[Opening Supplied material section]

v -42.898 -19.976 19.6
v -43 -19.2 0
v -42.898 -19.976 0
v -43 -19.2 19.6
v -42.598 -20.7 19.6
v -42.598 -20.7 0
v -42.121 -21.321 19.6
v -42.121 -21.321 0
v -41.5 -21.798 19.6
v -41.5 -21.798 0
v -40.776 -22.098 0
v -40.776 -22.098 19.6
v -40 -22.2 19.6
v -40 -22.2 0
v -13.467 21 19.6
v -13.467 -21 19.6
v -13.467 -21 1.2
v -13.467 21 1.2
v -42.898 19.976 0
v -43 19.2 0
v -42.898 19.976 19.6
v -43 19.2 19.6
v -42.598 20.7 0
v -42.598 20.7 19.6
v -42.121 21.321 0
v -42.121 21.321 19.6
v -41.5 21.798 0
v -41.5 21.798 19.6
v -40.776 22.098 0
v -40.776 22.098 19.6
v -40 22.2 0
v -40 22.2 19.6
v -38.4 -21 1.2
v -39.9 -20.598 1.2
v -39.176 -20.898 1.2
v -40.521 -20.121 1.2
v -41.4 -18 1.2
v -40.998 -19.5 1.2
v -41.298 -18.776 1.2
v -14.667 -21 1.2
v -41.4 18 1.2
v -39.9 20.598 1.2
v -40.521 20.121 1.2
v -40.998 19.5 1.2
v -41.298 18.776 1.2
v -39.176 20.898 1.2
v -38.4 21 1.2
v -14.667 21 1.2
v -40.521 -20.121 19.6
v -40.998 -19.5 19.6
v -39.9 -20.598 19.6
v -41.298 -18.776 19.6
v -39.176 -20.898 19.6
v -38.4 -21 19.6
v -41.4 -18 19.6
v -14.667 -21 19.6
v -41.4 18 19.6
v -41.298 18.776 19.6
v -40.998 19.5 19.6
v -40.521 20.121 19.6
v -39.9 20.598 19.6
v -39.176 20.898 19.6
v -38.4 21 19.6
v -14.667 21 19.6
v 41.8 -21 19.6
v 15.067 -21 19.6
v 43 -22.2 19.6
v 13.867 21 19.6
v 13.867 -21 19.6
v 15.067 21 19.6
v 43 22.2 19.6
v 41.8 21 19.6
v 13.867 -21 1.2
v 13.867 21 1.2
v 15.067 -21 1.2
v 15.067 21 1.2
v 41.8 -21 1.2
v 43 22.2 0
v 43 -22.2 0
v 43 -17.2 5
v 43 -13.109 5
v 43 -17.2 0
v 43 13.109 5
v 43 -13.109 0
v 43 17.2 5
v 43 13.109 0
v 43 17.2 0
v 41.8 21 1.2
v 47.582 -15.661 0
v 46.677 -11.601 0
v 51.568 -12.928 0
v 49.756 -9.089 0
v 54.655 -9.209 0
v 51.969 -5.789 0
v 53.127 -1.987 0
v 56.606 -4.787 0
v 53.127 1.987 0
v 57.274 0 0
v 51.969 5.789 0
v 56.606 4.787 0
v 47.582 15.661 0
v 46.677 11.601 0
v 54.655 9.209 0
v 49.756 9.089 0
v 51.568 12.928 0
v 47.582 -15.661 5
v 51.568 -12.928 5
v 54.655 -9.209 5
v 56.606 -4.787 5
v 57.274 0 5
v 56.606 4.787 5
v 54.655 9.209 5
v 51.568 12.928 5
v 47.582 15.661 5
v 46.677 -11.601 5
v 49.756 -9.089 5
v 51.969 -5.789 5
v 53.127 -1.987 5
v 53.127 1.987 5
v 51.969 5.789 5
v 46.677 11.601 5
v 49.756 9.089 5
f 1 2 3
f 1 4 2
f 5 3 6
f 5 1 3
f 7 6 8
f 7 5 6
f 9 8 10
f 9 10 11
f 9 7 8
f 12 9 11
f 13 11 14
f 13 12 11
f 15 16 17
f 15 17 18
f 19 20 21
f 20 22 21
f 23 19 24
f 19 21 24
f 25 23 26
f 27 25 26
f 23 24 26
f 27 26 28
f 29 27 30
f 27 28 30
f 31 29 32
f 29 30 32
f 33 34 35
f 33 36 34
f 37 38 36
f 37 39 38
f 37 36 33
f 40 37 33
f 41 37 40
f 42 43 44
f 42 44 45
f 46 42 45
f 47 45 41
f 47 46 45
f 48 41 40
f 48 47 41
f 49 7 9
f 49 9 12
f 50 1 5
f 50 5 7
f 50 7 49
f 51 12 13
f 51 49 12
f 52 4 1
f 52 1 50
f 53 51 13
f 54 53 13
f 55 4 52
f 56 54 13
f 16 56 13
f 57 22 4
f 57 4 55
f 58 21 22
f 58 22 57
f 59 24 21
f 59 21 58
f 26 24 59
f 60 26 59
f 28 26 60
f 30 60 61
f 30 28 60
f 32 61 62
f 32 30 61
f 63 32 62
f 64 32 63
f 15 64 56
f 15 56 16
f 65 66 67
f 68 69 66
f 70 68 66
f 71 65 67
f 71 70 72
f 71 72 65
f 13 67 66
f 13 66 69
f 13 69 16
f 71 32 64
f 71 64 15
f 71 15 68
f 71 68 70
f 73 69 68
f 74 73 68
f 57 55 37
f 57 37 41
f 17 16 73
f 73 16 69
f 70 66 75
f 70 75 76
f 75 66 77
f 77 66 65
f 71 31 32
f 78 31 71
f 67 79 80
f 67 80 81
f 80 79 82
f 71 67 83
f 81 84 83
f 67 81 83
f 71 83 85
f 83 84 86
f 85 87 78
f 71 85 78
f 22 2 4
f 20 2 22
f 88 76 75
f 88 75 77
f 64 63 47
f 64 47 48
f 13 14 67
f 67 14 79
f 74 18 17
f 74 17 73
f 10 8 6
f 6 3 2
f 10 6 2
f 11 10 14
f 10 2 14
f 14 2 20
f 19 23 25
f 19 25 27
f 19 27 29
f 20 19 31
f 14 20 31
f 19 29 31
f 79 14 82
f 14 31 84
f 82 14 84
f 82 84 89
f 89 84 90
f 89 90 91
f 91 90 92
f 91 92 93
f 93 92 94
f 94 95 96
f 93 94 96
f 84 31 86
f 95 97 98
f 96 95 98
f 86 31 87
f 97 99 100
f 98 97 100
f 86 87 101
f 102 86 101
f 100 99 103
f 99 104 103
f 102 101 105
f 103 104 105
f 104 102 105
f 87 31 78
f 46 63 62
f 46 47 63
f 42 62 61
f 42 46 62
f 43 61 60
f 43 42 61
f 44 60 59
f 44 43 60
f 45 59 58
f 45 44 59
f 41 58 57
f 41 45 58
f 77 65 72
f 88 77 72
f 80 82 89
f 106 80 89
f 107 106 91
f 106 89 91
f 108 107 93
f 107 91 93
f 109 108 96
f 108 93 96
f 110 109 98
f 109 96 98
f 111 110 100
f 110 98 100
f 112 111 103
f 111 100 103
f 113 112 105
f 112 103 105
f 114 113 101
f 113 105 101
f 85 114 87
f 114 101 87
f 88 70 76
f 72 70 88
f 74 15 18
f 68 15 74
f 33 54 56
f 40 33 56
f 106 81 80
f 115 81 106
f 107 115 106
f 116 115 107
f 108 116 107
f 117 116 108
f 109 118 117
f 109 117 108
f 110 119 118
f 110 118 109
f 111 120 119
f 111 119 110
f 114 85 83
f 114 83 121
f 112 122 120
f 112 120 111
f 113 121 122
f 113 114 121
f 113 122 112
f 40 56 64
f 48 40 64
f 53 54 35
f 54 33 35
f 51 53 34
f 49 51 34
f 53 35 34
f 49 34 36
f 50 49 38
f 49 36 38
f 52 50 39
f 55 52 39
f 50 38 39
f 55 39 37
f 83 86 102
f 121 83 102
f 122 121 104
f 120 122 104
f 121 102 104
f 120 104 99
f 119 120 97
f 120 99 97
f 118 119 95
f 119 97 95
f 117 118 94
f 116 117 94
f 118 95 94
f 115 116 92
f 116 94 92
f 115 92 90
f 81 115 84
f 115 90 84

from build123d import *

# Parameters (mm, degrees)
SKETCH_1_W          = 86
SKETCH_1_H          = 44.4
EXTRUDE_1_DEPTH     = 19.6
EXTRUDE_2_DEPTH     = 5
SKETCH_3_W          = 26.733333333
SKETCH_3_H          = 42
SKETCH_3_W_2        = 27.333333334
CUT_EXTRUDE_1_DEPTH = 18.4
FILLET_1_R          = 3


with BuildPart() as part:
    # Эскиз1 → Бобышка-Вытянуть1 (new body)
    with BuildSketch(Plane.XY):
        Rectangle(SKETCH_1_W, SKETCH_1_H)
    extrude(amount=EXTRUDE_1_DEPTH)

    # Эскиз2 → Бобышка-Вытянуть2 (add)
    with BuildSketch(Plane.XY):
        with BuildLine():
            Line((43, 17.2), (43, 13.108775687))
            ThreePointArc((43, 13.108775687), (53.273546839, 0), (43, -13.108775687))
            Line((43, -13.108775687), (43, -17.2))
            ThreePointArc((43, -17.2), (57.273546839, 0), (43, 17.2))
        make_face()
    extrude(amount=EXTRUDE_2_DEPTH)

    # Эскиз3 → Вырез-Вытянуть1 (cut)
    with BuildSketch(Plane.XY.offset(19.6)):
        with Locations((-28.033333334, 0)):
            Rectangle(SKETCH_3_W, SKETCH_3_H)
        with Locations((0.2, 0)):
            Rectangle(SKETCH_3_W_2, SKETCH_3_H)
        with Locations((28.433333334, 0)):
            Rectangle(SKETCH_3_W, SKETCH_3_H)
    extrude(amount=-CUT_EXTRUDE_1_DEPTH, mode=Mode.SUBTRACT)

    # Скругление1
    fillet_1_edges = [part.edges().sort_by_distance(p)[0] for p in [
        (-41.4, 21, 10.4),
        (-41.4, -21, 10.4),
        (-43, -22.2, 9.8),
        (-43, 22.2, 9.8),
    ]]
    fillet(fillet_1_edges, radius=FILLET_1_R)


solid = part.part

[Closing Supplied material section]

#### What you have to do
Print only the lines from the top of the data above down to the line holding "v -40.521 20.121 1.2", inclusive.

#### Result
v -42.898 -19.976 19.6
v -43 -19.2 0
v -42.898 -19.976 0
v -43 -19.2 19.6
v -42.598 -20.7 19.6
v -42.598 -20.7 0
v -42.121 -21.321 19.6
v -42.121 -21.321 0
v -41.5 -21.798 19.6
v -41.5 -21.798 0
v -40.776 -22.098 0
v -40.776 -22.098 19.6
v -40 -22.2 19.6
v -40 -22.2 0
v -13.467 21 19.6
v -13.467 -21 19.6
v -13.467 -21 1.2
v -13.467 21 1.2
v -42.898 19.976 0
v -43 19.2 0
v -42.898 19.976 19.6
v -43 19.2 19.6
v -42.598 20.7 0
v -42.598 20.7 19.6
v -42.121 21.321 0
v -42.121 21.321 19.6
v -41.5 21.798 0
v -41.5 21.798 19.6
v -40.776 22.098 0
v -40.776 22.098 19.6
v -40 22.2 0
v -40 22.2 19.6
v -38.4 -21 1.2
v -39.9 -20.598 1.2
v -39.176 -20.898 1.2
v -40.521 -20.121 1.2
v -41.4 -18 1.2
v -40.998 -19.5 1.2
v -41.298 -18.776 1.2
v -14.667 -21 1.2
v -41.4 18 1.2
v -39.9 20.598 1.2
v -40.521 20.121 1.2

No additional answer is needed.